HOW TO COMPLETE THIS TASK >> Nothing but an exact repeat of the entries below should appear in your answer.

Stored items:

+ + + +

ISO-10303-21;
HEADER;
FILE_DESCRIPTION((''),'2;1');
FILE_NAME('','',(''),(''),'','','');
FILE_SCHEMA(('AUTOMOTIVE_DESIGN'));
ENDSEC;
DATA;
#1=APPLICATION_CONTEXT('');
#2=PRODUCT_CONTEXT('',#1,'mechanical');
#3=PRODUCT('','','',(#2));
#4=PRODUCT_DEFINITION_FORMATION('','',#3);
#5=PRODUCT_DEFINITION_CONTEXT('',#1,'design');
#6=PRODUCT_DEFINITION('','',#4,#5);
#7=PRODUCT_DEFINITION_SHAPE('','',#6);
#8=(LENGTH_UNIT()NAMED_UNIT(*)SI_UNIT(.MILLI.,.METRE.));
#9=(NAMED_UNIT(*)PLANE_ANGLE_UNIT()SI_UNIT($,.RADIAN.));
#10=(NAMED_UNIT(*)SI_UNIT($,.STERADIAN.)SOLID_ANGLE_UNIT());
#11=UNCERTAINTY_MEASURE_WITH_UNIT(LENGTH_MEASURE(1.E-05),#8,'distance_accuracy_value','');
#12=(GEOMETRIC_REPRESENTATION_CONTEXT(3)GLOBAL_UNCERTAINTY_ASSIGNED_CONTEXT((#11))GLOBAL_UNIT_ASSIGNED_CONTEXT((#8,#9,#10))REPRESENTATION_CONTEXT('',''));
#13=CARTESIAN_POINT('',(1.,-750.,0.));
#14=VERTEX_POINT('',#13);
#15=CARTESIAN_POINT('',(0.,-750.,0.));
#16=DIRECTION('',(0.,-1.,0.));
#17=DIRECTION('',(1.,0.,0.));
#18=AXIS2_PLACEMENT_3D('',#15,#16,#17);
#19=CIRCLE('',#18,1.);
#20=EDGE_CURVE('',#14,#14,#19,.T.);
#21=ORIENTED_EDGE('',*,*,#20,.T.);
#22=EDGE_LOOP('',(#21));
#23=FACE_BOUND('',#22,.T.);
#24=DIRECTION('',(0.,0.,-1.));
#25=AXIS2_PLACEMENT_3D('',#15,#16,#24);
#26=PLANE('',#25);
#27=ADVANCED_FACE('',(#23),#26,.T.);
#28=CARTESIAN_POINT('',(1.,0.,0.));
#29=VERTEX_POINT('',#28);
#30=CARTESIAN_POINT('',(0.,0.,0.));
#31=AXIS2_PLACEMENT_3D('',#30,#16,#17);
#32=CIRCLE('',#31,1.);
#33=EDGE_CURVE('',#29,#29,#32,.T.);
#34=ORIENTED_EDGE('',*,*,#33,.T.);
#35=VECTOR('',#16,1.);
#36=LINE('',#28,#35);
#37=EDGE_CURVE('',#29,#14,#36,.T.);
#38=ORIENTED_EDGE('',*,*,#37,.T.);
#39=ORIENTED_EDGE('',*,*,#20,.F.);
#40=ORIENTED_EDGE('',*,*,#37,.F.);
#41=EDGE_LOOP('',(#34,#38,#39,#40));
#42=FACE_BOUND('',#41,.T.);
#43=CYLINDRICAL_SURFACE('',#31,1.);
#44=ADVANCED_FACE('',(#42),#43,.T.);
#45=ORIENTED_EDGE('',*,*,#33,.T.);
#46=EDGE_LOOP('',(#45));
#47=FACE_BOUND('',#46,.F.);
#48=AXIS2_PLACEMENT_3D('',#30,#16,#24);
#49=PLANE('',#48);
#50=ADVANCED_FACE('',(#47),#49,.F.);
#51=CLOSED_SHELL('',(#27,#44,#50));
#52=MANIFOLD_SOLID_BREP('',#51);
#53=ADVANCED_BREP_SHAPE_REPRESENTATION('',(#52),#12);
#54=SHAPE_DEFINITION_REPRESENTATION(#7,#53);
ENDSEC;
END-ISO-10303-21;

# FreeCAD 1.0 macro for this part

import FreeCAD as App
import Part
import Sketcher

doc = App.newDocument("Part")
body = doc.addObject("PartDesign::Body", "Body")

# Sketch on XZ plane
sketch1 = doc.addObject("Sketcher::SketchObject", "Sketch")
body.addObject(sketch1)
sketch1.AttachmentSupport = (doc.XZ_Plane, [""])
sketch1.MapMode = "FlatFace"
sketch1.addGeometry(Part.Circle(App.Vector(0, 0, 0), App.Vector(0, 0, 1), 1), False)
sketch1.addConstraint([
    Sketcher.Constraint("Coincident", 0, 3, -1, 1),
    Sketcher.Constraint("Diameter", 0, 2.0),
])

# Sketch on XY plane
sketch2 = doc.addObject("Sketcher::SketchObject", "Sketch001")
body.addObject(sketch2)
sketch2.AttachmentSupport = (doc.XY_Plane, [""])
sketch2.MapMode = "FlatFace"
sketch2.addGeometry(Part.LineSegment(App.Vector(0, 0, 0), App.Vector(0, -750, 0)), False)
sketch2.addConstraint([
    Sketcher.Constraint("Vertical", 0),
    Sketcher.Constraint("Coincident", 0, 1, -1, 1),
    Sketcher.Constraint("DistanceY", 0, 2, 0, 1, 750.0),
])
doc.recompute()

additivepipe = doc.addObject("PartDesign::AdditivePipe", "AdditivePipe")
body.addObject(additivepipe)
additivepipe.Profile = sketch1
additivepipe.Spine = (sketch2, ["Edge1"])

doc.recompute()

+ + + +

SOLUTION BELOW >>
ISO-10303-21;
HEADER;
FILE_DESCRIPTION((''),'2;1');
FILE_NAME('','',(''),(''),'','','');
FILE_SCHEMA(('AUTOMOTIVE_DESIGN'));
ENDSEC;
DATA;
#1=APPLICATION_CONTEXT('');
#2=PRODUCT_CONTEXT('',#1,'mechanical');
#3=PRODUCT('','','',(#2));
#4=PRODUCT_DEFINITION_FORMATION('','',#3);
#5=PRODUCT_DEFINITION_CONTEXT('',#1,'design');
#6=PRODUCT_DEFINITION('','',#4,#5);
#7=PRODUCT_DEFINITION_SHAPE('','',#6);
#8=(LENGTH_UNIT()NAMED_UNIT(*)SI_UNIT(.MILLI.,.METRE.));
#9=(NAMED_UNIT(*)PLANE_ANGLE_UNIT()SI_UNIT($,.RADIAN.));
#10=(NAMED_UNIT(*)SI_UNIT($,.STERADIAN.)SOLID_ANGLE_UNIT());
#11=UNCERTAINTY_MEASURE_WITH_UNIT(LENGTH_MEASURE(1.E-05),#8,'distance_accuracy_value','');
#12=(GEOMETRIC_REPRESENTATION_CONTEXT(3)GLOBAL_UNCERTAINTY_ASSIGNED_CONTEXT((#11))GLOBAL_UNIT_ASSIGNED_CONTEXT((#8,#9,#10))REPRESENTATION_CONTEXT('',''));
#13=CARTESIAN_POINT('',(1.,-750.,0.));
#14=VERTEX_POINT('',#13);
#15=CARTESIAN_POINT('',(0.,-750.,0.));
#16=DIRECTION('',(0.,-1.,0.));
#17=DIRECTION('',(1.,0.,0.));
#18=AXIS2_PLACEMENT_3D('',#15,#16,#17);
#19=CIRCLE('',#18,1.);
#20=EDGE_CURVE('',#14,#14,#19,.T.);
#21=ORIENTED_EDGE('',*,*,#20,.T.);
#22=EDGE_LOOP('',(#21));
#23=FACE_BOUND('',#22,.T.);
#24=DIRECTION('',(0.,0.,-1.));
#25=AXIS2_PLACEMENT_3D('',#15,#16,#24);
#26=PLANE('',#25);
#27=ADVANCED_FACE('',(#23),#26,.T.);
#28=CARTESIAN_POINT('',(1.,0.,0.));
#29=VERTEX_POINT('',#28);
#30=CARTESIAN_POINT('',(0.,0.,0.));
#31=AXIS2_PLACEMENT_3D('',#30,#16,#17);
#32=CIRCLE('',#31,1.);
#33=EDGE_CURVE('',#29,#29,#32,.T.);
#34=ORIENTED_EDGE('',*,*,#33,.T.);
#35=VECTOR('',#16,1.);
#36=LINE('',#28,#35);
#37=EDGE_CURVE('',#29,#14,#36,.T.);
#38=ORIENTED_EDGE('',*,*,#37,.T.);
#39=ORIENTED_EDGE('',*,*,#20,.F.);
#40=ORIENTED_EDGE('',*,*,#37,.F.);
#41=EDGE_LOOP('',(#34,#38,#39,#40));
#42=FACE_BOUND('',#41,.T.);
#43=CYLINDRICAL_SURFACE('',#31,1.);
#44=ADVANCED_FACE('',(#42),#43,.T.);
#45=ORIENTED_EDGE('',*,*,#33,.T.);
#46=EDGE_LOOP('',(#45));
#47=FACE_BOUND('',#46,.F.);
#48=AXIS2_PLACEMENT_3D('',#30,#16,#24);
#49=PLANE('',#48);
#50=ADVANCED_FACE('',(#47),#49,.F.);
#51=CLOSED_SHELL('',(#27,#44,#50));
#52=MANIFOLD_SOLID_BREP('',#51);
#53=ADVANCED_BREP_SHAPE_REPRESENTATION('',(#52),#12);
#54=SHAPE_DEFINITION_REPRESENTATION(#7,#53);
ENDSEC;
END-ISO-10303-21;

# FreeCAD 1.0 macro for this part

import FreeCAD as App
import Part
import Sketcher

doc = App.newDocument("Part")
body = doc.addObject("PartDesign::Body", "Body")

# Sketch on XZ plane
sketch1 = doc.addObject("Sketcher::SketchObject", "Sketch")
body.addObject(sketch1)
sketch1.AttachmentSupport = (doc.XZ_Plane, [""])
sketch1.MapMode = "FlatFace"
sketch1.addGeometry(Part.Circle(App.Vector(0, 0, 0), App.Vector(0, 0, 1), 1), False)
sketch1.addConstraint([
    Sketcher.Constraint("Coincident", 0, 3, -1, 1),
    Sketcher.Constraint("Diameter", 0, 2.0),
])

# Sketch on XY plane
sketch2 = doc.addObject("Sketcher::SketchObject", "Sketch001")
body.addObject(sketch2)
sketch2.AttachmentSupport = (doc.XY_Plane, [""])
sketch2.MapMode = "FlatFace"
sketch2.addGeometry(Part.LineSegment(App.Vector(0, 0, 0), App.Vector(0, -750, 0)), False)
sketch2.addConstraint([
    Sketcher.Constraint("Vertical", 0),
    Sketcher.Constraint("Coincident", 0, 1, -1, 1),
    Sketcher.Constraint("DistanceY", 0, 2, 0, 1, 750.0),
])
doc.recompute()

additivepipe = doc.addObject("PartDesign::AdditivePipe", "AdditivePipe")
body.addObject(additivepipe)
additivepipe.Profile = sketch1
additivepipe.Spine = (sketch2, ["Edge1"])

doc.recompute()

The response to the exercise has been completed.